## PROBLEM TO WORK ON
From the listing below, copy only the lines from the line that contains "arc A72 (8.7794, 1.9805)" to the line that contains "arc A82 (2.091, 6.4169)", counting those two lines as part of the copy.

═════ EXTRACTED MATERIAL

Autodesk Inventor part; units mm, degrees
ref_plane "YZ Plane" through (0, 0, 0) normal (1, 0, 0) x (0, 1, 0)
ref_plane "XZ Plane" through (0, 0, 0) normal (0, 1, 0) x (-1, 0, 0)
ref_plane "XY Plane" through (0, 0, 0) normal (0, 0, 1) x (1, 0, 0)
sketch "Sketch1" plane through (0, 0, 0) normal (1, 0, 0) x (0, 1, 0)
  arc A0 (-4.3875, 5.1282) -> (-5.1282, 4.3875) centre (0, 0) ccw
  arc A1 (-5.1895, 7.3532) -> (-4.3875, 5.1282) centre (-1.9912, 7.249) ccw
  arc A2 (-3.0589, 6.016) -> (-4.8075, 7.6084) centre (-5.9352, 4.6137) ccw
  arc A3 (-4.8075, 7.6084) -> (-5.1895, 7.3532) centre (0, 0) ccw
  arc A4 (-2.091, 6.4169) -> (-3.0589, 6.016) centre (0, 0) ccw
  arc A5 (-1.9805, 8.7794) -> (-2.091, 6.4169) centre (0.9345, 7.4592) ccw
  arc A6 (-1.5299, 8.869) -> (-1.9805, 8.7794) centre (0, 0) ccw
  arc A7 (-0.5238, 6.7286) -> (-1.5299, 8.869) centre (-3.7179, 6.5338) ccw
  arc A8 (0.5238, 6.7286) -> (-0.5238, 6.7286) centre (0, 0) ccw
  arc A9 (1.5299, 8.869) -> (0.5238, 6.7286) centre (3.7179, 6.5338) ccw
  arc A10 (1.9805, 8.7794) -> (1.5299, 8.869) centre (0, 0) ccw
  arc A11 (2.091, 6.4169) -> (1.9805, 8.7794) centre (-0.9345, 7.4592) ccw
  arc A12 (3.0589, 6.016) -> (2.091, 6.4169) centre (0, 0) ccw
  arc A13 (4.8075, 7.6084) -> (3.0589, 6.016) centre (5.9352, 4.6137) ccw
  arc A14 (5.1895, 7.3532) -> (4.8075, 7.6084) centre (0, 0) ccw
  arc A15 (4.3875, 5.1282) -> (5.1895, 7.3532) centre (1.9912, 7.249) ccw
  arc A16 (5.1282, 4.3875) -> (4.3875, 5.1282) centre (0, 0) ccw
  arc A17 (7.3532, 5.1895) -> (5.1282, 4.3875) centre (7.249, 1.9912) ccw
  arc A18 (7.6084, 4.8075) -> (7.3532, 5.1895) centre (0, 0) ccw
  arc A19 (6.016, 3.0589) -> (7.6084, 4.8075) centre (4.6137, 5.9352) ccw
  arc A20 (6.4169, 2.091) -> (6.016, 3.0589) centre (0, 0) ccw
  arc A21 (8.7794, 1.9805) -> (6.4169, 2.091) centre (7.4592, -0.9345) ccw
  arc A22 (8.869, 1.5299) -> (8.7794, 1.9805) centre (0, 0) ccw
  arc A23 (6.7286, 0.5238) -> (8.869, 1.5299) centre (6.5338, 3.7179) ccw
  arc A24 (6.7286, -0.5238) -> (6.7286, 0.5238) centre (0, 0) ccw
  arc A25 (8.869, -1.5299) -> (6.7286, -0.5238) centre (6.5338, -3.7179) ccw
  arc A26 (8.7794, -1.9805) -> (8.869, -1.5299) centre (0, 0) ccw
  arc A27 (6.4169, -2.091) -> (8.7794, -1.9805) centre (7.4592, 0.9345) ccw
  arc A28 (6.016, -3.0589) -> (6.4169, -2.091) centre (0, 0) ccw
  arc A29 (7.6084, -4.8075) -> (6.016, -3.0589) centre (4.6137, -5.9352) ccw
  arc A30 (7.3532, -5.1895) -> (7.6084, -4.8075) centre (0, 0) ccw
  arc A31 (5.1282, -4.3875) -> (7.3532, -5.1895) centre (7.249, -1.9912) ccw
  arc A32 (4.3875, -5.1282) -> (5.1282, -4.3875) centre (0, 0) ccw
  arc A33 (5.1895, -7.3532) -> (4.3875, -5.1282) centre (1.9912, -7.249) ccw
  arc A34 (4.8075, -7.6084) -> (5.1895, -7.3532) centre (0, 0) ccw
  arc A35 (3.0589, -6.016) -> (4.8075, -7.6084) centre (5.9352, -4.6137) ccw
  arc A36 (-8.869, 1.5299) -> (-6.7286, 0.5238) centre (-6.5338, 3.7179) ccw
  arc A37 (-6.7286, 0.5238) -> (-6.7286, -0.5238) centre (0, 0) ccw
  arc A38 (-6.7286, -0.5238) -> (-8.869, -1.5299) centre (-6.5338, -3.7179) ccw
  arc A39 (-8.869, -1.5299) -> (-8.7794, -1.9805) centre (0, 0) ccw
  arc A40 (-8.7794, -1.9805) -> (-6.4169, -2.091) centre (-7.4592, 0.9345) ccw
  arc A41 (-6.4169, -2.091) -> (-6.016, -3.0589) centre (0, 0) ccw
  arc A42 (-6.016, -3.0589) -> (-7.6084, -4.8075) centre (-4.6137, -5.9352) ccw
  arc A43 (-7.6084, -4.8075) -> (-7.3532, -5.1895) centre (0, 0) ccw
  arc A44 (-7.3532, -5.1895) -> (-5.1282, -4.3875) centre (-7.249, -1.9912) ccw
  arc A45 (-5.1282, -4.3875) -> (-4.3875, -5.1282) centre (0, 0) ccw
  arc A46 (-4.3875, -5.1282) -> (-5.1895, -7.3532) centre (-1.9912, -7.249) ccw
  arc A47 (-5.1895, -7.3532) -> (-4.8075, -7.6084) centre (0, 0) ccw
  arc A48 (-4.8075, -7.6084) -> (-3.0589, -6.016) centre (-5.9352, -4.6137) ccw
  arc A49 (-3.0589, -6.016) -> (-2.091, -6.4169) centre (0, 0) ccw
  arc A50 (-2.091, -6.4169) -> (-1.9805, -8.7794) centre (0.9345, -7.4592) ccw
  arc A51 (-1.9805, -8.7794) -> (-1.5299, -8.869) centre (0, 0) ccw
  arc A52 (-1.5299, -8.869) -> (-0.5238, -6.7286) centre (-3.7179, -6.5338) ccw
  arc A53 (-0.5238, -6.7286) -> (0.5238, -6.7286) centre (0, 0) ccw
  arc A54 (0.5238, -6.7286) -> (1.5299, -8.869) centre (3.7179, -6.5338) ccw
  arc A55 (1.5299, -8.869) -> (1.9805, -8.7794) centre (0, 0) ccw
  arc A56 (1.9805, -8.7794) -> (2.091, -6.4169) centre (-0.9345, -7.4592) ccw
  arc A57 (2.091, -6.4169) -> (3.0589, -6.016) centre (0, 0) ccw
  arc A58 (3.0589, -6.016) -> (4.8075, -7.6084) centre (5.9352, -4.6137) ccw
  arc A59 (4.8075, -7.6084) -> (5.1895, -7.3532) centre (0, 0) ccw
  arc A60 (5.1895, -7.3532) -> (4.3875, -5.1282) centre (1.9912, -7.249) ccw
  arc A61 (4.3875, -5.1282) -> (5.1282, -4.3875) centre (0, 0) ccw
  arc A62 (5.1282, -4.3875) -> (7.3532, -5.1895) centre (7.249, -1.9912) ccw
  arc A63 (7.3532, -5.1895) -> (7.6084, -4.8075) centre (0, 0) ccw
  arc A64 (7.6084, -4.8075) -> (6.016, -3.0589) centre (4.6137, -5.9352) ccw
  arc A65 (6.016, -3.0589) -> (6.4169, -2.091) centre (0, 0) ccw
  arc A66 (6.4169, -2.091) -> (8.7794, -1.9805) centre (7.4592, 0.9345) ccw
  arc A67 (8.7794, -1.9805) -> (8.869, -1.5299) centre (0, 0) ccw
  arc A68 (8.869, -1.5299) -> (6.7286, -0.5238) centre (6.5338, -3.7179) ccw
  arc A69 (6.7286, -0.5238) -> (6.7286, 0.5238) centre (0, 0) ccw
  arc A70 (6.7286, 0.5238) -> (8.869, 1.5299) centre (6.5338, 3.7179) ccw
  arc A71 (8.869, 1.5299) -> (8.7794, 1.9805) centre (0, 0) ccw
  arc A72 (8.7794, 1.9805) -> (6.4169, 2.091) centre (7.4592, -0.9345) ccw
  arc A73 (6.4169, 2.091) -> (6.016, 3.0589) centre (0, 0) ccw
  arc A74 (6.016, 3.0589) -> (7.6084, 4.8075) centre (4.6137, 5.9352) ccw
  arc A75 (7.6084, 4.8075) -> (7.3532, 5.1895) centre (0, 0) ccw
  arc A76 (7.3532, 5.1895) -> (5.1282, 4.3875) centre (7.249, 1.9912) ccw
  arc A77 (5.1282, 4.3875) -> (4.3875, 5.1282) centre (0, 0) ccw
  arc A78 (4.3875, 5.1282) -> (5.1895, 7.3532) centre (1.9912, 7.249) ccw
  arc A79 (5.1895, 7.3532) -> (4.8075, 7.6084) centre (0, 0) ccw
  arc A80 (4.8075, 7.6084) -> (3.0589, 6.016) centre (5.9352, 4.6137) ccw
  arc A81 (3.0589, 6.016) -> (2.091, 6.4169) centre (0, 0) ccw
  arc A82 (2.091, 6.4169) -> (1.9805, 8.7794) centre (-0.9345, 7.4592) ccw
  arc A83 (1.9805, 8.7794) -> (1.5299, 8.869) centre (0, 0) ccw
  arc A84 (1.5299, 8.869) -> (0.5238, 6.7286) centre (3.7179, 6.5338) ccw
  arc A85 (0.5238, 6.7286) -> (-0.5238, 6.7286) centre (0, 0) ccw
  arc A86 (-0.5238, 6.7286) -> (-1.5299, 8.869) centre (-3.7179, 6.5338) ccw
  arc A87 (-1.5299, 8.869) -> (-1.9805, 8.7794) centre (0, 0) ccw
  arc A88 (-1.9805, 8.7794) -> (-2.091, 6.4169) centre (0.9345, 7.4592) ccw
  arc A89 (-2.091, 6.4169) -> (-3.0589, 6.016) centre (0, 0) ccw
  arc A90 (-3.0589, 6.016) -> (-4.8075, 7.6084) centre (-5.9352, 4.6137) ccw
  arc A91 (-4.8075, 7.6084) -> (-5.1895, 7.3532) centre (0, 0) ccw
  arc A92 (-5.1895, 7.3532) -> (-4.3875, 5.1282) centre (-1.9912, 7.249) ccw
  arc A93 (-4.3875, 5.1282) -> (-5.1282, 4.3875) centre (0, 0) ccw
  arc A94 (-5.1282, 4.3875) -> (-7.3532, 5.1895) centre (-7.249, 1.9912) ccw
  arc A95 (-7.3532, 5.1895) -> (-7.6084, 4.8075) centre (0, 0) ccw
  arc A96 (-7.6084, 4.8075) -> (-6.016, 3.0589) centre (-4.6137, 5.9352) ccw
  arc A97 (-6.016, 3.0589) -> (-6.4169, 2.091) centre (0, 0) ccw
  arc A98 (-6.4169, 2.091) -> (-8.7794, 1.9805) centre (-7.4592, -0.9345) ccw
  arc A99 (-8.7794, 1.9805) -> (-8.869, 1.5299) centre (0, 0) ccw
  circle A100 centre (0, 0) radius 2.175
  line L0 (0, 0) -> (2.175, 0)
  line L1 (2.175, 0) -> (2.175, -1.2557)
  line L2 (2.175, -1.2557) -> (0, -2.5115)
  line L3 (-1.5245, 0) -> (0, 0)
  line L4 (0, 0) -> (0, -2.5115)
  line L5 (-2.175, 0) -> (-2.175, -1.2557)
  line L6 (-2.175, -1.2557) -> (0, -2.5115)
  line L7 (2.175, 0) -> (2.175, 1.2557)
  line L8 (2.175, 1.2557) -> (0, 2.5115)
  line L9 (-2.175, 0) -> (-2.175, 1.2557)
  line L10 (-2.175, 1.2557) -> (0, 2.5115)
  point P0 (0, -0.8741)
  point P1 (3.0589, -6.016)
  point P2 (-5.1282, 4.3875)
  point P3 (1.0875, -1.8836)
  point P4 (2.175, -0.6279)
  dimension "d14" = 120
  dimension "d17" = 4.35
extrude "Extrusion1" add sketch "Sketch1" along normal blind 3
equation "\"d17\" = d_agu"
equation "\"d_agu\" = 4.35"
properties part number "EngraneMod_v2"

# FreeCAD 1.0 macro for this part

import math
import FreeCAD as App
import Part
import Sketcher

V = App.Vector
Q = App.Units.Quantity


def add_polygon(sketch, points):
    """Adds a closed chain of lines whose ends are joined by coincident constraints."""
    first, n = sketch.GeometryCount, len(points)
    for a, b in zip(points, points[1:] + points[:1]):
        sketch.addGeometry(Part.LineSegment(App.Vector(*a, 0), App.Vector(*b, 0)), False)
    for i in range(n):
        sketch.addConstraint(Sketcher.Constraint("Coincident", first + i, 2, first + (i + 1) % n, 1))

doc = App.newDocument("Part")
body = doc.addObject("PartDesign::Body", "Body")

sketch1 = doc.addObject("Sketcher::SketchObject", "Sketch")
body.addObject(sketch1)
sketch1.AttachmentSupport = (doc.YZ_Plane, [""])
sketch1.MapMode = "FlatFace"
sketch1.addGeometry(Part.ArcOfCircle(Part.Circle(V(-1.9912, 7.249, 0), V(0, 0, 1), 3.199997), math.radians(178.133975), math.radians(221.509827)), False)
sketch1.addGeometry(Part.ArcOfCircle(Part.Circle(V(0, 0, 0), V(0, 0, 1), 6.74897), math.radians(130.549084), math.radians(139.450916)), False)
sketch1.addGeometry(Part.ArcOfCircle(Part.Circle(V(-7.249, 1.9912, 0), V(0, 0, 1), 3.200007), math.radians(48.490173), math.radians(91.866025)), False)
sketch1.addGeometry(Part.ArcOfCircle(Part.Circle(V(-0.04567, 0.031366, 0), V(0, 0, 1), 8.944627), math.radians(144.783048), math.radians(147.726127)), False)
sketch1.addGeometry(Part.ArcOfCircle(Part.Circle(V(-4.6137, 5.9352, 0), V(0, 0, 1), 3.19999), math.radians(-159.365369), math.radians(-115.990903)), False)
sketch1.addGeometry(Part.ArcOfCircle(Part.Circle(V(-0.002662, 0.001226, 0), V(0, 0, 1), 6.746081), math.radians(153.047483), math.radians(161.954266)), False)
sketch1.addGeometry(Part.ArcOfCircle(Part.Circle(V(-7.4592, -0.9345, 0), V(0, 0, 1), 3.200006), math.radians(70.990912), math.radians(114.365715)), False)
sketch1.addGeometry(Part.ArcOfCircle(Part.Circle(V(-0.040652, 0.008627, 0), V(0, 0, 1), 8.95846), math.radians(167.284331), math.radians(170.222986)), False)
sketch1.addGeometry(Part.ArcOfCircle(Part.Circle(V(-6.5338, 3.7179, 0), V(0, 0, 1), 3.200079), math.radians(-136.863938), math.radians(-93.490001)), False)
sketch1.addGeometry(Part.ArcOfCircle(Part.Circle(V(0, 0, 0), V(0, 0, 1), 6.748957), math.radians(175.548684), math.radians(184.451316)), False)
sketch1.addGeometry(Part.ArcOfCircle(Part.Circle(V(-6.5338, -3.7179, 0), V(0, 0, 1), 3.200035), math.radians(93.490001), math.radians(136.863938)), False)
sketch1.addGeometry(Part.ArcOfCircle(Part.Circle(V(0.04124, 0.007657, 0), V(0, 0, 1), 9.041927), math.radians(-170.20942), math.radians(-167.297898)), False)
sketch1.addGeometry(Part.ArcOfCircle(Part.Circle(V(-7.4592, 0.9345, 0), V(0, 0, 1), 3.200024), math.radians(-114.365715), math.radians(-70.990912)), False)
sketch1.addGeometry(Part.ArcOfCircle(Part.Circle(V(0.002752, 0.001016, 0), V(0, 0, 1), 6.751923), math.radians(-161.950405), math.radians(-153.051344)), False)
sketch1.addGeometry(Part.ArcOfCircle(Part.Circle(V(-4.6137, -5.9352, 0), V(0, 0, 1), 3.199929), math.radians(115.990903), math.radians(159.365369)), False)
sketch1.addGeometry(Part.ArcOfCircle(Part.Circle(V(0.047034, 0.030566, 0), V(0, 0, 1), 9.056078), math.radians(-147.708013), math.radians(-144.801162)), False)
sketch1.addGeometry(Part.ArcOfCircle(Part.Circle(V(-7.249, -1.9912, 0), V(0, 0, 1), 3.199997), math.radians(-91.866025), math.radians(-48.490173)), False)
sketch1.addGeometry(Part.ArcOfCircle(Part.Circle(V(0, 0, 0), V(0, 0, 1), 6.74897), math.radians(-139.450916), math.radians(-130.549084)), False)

══════════

## WRITTEN RESPONSE
  arc A72 (8.7794, 1.9805) -> (6.4169, 2.091) centre (7.4592, -0.9345) ccw
  arc A73 (6.4169, 2.091) -> (6.016, 3.0589) centre (0, 0) ccw
  arc A74 (6.016, 3.0589) -> (7.6084, 4.8075) centre (4.6137, 5.9352) ccw
  arc A75 (7.6084, 4.8075) -> (7.3532, 5.1895) centre (0, 0) ccw
  arc A76 (7.3532, 5.1895) -> (5.1282, 4.3875) centre (7.249, 1.9912) ccw
  arc A77 (5.1282, 4.3875) -> (4.3875, 5.1282) centre (0, 0) ccw
  arc A78 (4.3875, 5.1282) -> (5.1895, 7.3532) centre (1.9912, 7.249) ccw
  arc A79 (5.1895, 7.3532) -> (4.8075, 7.6084) centre (0, 0) ccw
  arc A80 (4.8075, 7.6084) -> (3.0589, 6.016) centre (5.9352, 4.6137) ccw
  arc A81 (3.0589, 6.016) -> (2.091, 6.4169) centre (0, 0) ccw
  arc A82 (2.091, 6.4169) -> (1.9805, 8.7794) centre (-0.9345, 7.4592) ccw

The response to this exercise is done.